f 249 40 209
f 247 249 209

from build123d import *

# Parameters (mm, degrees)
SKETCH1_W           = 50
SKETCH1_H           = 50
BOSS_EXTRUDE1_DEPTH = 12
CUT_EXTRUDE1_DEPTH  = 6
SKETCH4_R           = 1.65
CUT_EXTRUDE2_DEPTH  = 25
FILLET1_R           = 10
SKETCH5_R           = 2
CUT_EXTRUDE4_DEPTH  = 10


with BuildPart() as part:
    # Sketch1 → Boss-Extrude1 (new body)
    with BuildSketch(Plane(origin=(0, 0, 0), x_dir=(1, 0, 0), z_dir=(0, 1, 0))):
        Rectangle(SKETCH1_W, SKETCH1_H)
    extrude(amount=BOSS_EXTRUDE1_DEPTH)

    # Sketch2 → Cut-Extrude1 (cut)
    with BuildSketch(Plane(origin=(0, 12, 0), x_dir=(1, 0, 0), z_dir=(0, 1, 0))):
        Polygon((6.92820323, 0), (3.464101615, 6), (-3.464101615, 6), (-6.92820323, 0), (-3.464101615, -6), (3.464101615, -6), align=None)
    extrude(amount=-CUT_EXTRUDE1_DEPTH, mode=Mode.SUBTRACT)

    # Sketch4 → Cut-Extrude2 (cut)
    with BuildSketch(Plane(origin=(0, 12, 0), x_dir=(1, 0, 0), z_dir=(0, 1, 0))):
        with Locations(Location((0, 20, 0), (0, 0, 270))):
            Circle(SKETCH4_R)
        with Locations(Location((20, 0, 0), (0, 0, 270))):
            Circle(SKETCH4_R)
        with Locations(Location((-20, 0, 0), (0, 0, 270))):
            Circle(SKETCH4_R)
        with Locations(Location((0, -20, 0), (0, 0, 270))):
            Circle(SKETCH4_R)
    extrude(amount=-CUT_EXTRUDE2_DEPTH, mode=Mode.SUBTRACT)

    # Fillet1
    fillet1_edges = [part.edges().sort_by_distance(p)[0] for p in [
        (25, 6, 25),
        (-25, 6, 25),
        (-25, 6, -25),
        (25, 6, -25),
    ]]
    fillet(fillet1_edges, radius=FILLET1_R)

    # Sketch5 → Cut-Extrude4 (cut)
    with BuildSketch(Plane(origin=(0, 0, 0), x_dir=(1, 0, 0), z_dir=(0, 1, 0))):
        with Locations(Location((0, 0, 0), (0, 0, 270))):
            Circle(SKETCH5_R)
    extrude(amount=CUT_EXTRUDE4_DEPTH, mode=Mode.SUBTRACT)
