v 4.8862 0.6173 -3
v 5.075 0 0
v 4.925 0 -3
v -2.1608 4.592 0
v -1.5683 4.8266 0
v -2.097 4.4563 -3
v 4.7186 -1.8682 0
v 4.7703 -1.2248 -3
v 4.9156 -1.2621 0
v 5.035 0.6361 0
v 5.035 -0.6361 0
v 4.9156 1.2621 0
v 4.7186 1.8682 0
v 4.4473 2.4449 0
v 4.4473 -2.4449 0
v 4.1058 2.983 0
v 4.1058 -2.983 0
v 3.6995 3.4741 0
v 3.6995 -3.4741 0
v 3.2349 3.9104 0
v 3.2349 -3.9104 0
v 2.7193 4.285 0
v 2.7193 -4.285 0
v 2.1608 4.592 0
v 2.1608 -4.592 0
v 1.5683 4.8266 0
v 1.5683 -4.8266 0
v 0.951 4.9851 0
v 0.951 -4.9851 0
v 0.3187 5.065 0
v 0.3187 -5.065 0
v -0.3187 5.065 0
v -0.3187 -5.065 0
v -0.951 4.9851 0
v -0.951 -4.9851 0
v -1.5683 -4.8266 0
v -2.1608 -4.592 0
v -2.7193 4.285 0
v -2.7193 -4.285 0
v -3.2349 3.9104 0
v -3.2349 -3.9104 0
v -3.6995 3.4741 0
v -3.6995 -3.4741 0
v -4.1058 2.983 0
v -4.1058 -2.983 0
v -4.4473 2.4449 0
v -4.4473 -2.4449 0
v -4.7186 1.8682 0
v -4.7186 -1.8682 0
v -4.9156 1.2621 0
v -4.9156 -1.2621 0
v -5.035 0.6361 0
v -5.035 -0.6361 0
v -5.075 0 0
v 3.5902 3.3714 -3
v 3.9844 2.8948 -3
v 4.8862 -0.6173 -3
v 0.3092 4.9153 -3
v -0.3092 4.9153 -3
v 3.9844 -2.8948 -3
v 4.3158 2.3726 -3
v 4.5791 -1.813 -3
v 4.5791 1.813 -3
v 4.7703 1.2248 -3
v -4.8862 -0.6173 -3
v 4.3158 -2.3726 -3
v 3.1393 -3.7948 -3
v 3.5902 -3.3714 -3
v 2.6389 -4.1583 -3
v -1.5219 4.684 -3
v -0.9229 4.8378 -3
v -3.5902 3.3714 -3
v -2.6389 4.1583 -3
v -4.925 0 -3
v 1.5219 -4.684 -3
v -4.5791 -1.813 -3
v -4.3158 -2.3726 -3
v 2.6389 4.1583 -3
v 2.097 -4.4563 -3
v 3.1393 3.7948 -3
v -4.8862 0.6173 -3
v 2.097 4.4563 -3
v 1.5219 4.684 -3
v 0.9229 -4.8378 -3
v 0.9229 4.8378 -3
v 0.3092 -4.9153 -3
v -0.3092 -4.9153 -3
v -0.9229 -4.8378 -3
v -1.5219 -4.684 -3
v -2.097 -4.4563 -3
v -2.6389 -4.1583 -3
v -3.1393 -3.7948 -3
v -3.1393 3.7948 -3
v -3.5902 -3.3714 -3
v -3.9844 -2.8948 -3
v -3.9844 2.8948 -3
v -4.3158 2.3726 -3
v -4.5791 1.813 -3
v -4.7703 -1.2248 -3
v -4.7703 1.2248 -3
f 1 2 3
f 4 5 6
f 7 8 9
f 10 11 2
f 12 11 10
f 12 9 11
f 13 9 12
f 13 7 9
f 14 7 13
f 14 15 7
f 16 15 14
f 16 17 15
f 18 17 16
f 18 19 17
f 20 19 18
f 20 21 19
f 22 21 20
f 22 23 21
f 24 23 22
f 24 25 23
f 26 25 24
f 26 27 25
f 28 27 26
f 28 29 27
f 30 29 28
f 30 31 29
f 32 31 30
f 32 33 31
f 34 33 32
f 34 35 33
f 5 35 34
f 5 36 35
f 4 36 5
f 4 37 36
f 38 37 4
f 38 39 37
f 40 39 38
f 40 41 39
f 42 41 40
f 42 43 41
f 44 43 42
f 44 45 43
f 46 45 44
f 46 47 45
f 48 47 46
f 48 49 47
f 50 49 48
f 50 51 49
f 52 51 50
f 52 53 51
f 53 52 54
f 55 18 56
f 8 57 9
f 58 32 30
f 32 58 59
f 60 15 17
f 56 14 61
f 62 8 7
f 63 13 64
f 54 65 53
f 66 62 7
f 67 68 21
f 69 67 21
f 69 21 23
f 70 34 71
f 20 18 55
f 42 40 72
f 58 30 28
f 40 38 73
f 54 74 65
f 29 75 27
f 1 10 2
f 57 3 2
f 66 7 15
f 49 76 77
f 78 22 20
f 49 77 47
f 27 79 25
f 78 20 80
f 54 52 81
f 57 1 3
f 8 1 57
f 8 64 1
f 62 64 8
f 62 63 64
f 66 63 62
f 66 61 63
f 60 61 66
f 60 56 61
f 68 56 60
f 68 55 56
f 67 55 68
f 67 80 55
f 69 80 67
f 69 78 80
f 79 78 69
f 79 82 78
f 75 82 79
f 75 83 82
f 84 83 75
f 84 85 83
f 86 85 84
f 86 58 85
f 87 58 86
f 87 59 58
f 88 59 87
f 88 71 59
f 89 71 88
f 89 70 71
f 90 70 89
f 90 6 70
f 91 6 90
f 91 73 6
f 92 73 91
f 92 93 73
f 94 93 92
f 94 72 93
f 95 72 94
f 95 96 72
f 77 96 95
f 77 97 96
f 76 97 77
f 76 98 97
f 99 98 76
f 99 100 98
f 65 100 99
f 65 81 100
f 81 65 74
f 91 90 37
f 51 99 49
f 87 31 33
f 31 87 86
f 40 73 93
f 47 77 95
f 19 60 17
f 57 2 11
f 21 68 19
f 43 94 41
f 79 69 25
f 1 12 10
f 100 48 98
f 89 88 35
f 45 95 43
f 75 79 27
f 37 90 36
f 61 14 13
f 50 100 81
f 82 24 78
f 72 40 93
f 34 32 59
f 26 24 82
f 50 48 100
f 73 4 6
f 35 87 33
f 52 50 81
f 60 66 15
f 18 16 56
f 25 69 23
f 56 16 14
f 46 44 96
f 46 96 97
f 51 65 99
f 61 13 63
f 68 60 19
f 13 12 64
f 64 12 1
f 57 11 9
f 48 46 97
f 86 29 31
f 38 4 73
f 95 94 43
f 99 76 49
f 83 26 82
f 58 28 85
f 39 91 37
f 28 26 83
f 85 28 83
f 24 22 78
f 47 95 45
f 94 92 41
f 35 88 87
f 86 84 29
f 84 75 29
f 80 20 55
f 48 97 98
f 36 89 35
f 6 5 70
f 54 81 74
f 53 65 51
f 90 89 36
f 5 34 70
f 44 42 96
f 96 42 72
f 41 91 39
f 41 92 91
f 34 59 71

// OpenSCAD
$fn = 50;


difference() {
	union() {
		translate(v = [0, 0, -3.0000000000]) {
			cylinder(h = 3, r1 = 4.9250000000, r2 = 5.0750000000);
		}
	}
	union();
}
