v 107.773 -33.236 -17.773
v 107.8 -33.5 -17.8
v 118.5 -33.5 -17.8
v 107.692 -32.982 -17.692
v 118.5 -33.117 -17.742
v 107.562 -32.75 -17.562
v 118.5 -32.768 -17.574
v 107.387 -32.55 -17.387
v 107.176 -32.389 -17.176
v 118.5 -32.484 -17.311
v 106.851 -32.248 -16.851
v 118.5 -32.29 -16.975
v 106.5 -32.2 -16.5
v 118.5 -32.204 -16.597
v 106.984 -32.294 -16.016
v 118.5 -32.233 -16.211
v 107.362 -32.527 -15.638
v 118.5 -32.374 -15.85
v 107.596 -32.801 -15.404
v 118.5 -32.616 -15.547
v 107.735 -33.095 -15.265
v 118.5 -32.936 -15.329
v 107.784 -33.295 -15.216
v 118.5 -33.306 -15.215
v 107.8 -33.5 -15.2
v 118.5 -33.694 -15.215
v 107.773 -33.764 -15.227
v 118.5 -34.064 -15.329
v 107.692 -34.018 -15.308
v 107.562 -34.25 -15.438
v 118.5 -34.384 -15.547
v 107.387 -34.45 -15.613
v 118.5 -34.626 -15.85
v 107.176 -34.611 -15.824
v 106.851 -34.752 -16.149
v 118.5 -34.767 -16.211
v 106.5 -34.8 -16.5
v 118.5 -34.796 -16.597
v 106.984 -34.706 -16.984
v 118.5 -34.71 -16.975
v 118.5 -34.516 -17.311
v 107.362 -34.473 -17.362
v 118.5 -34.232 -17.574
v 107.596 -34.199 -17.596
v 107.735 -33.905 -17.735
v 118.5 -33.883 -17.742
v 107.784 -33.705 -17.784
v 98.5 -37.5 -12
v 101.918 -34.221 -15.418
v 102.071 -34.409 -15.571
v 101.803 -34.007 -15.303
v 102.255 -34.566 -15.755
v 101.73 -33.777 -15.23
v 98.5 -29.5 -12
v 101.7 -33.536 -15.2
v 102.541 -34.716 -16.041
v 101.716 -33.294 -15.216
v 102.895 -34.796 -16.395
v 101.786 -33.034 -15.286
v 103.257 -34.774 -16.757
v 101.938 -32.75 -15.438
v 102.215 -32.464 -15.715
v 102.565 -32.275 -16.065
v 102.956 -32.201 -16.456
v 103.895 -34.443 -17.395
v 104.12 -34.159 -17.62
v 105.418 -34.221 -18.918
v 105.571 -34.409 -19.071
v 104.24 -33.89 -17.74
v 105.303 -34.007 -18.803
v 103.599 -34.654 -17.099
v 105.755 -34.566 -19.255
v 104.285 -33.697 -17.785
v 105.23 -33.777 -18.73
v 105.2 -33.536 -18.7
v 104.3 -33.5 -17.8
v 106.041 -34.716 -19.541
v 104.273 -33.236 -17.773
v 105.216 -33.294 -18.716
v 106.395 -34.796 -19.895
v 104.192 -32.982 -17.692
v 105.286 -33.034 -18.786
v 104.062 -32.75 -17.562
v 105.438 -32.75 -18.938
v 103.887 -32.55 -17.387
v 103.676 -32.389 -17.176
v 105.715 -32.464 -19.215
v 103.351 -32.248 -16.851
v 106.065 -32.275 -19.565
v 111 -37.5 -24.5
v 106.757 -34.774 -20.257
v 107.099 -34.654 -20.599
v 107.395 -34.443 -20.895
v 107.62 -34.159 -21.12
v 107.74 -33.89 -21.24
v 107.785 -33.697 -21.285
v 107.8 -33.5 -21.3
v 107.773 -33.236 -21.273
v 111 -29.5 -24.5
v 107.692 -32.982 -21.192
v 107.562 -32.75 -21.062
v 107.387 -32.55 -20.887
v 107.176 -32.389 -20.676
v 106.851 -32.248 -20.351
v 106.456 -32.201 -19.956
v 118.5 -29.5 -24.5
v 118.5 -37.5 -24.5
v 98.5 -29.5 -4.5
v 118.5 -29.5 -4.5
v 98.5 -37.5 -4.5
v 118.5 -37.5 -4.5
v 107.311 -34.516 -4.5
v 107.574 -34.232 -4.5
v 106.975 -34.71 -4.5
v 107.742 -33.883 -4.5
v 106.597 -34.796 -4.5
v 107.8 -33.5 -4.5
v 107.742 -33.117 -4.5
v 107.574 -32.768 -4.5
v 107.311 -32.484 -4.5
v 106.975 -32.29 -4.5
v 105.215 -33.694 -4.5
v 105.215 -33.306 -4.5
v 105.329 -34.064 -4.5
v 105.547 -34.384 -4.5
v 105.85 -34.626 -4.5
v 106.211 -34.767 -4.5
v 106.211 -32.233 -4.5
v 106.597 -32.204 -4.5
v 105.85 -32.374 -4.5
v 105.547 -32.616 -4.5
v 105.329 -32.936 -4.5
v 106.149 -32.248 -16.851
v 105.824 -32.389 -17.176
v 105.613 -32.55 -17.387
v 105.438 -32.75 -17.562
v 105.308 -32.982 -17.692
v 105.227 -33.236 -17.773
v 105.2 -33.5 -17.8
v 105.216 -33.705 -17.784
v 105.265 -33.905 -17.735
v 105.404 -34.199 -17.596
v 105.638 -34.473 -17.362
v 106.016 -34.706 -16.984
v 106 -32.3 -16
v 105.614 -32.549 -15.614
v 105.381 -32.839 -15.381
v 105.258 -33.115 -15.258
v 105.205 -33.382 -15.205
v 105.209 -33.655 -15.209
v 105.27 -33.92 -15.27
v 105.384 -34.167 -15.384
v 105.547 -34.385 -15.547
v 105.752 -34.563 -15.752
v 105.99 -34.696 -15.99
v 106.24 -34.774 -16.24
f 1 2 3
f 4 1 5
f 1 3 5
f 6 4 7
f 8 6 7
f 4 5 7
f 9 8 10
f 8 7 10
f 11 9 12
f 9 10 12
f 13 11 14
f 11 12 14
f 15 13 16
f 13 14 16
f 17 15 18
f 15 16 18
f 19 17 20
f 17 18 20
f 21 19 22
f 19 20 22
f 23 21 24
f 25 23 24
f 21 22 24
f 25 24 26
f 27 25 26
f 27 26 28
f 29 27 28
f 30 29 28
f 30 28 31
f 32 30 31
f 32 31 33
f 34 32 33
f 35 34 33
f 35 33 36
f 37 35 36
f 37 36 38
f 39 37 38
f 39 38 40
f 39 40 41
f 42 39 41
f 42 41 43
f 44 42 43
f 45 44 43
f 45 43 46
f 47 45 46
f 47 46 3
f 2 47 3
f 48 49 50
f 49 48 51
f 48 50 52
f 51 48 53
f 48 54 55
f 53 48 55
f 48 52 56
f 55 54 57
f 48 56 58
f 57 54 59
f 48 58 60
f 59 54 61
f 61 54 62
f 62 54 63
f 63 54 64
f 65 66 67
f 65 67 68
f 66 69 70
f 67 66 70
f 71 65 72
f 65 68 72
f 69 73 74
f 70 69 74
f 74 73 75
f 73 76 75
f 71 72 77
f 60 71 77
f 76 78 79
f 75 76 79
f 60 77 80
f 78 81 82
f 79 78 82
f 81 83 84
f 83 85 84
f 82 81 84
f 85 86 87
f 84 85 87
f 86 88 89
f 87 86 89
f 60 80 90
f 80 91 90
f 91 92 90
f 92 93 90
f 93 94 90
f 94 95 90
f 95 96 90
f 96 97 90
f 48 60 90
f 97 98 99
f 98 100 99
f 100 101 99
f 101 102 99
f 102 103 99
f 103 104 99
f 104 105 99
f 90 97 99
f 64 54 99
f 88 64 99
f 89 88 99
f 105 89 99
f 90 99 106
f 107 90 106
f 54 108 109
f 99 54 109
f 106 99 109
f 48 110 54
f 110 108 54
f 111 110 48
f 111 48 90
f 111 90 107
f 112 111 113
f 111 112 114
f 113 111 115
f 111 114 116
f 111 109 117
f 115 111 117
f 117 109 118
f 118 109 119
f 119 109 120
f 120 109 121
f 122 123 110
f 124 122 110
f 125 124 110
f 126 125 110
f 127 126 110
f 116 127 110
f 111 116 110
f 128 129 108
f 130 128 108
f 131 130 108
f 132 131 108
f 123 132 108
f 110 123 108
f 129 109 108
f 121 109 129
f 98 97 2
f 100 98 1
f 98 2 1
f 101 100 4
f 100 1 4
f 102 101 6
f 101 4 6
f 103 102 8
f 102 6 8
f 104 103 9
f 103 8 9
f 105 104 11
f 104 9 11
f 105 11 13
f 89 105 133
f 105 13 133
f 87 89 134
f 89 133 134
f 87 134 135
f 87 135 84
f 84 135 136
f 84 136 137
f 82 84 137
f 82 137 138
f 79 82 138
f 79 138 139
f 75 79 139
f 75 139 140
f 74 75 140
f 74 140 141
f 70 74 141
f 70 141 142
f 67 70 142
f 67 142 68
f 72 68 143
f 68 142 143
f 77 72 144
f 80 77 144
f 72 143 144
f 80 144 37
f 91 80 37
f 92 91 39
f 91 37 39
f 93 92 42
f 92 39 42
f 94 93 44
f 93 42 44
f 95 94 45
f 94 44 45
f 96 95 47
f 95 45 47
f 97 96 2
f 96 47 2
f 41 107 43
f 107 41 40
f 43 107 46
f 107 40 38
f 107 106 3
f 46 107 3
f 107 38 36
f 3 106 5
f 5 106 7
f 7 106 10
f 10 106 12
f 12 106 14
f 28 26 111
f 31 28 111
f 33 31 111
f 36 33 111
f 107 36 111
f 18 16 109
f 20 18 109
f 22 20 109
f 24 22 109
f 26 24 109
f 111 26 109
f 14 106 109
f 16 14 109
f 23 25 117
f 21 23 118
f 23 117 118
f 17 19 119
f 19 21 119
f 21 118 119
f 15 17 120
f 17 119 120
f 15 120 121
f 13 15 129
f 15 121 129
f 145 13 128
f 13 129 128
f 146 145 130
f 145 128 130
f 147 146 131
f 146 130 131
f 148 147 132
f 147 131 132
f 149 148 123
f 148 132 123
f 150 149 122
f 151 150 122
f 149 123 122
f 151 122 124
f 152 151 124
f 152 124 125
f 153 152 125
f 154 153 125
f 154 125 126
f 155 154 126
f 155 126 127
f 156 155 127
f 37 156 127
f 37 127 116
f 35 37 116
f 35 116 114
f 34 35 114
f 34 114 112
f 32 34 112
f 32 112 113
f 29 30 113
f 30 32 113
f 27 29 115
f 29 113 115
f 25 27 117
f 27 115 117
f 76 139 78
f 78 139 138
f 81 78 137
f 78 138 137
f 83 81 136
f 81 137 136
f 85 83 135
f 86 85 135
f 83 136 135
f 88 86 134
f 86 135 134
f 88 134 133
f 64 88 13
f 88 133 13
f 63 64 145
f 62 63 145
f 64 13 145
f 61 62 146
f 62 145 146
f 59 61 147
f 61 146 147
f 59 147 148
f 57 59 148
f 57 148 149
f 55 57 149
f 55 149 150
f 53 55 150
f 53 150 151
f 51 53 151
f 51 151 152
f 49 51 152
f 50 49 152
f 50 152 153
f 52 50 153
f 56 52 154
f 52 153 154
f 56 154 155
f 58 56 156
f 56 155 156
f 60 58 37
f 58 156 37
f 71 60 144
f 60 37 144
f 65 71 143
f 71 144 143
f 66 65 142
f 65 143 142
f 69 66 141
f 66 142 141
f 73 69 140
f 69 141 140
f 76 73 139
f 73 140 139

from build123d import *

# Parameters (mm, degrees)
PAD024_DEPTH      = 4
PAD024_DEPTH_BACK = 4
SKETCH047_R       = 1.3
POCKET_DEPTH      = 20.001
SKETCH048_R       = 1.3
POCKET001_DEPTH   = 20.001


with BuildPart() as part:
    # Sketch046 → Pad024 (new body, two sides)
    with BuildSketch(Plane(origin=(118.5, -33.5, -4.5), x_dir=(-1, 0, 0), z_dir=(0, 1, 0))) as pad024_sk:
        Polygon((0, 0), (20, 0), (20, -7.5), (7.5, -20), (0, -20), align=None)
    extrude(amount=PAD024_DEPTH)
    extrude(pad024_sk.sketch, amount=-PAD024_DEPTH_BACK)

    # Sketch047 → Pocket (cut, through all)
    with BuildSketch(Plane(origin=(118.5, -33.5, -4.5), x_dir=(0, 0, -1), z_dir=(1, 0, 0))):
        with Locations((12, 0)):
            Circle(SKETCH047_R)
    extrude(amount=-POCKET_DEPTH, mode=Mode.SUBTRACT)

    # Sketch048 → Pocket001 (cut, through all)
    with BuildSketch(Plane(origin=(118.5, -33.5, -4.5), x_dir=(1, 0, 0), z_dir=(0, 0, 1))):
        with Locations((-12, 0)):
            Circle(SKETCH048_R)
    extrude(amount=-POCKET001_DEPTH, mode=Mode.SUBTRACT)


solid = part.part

****************************************

• Exercise aim:
After locating the line with "v 118.5 -34.796 -16.597" above, return that line and every later line through the one with "v 107.773 -33.236 -21.273", word for word and with nothing else.

• Answer for the task:
v 118.5 -34.796 -16.597
v 106.984 -34.706 -16.984
v 118.5 -34.71 -16.975
v 118.5 -34.516 -17.311
v 107.362 -34.473 -17.362
v 118.5 -34.232 -17.574
v 107.596 -34.199 -17.596
v 107.735 -33.905 -17.735
v 118.5 -33.883 -17.742
v 107.784 -33.705 -17.784
v 98.5 -37.5 -12
v 101.918 -34.221 -15.418
v 102.071 -34.409 -15.571
v 101.803 -34.007 -15.303
v 102.255 -34.566 -15.755
v 101.73 -33.777 -15.23
v 98.5 -29.5 -12
v 101.7 -33.536 -15.2
v 102.541 -34.716 -16.041
v 101.716 -33.294 -15.216
v 102.895 -34.796 -16.395
v 101.786 -33.034 -15.286
v 103.257 -34.774 -16.757
v 101.938 -32.75 -15.438
v 102.215 -32.464 -15.715
v 102.565 -32.275 -16.065
v 102.956 -32.201 -16.456
v 103.895 -34.443 -17.395
v 104.12 -34.159 -17.62
v 105.418 -34.221 -18.918
v 105.571 -34.409 -19.071
v 104.24 -33.89 -17.74
v 105.303 -34.007 -18.803
v 103.599 -34.654 -17.099
v 105.755 -34.566 -19.255
v 104.285 -33.697 -17.785
v 105.23 -33.777 -18.73
v 105.2 -33.536 -18.7
v 104.3 -33.5 -17.8
v 106.041 -34.716 -19.541
v 104.273 -33.236 -17.773
v 105.216 -33.294 -18.716
v 106.395 -34.796 -19.895
v 104.192 -32.982 -17.692
v 105.286 -33.034 -18.786
v 104.062 -32.75 -17.562
v 105.438 -32.75 -18.938
v 103.887 -32.55 -17.387
v 103.676 -32.389 -17.176
v 105.715 -32.464 -19.215
v 103.351 -32.248 -16.851
v 106.065 -32.275 -19.565
v 111 -37.5 -24.5
v 106.757 -34.774 -20.257
v 107.099 -34.654 -20.599
v 107.395 -34.443 -20.895
v 107.62 -34.159 -21.12
v 107.74 -33.89 -21.24
v 107.785 -33.697 -21.285
v 107.8 -33.5 -21.3
v 107.773 -33.236 -21.273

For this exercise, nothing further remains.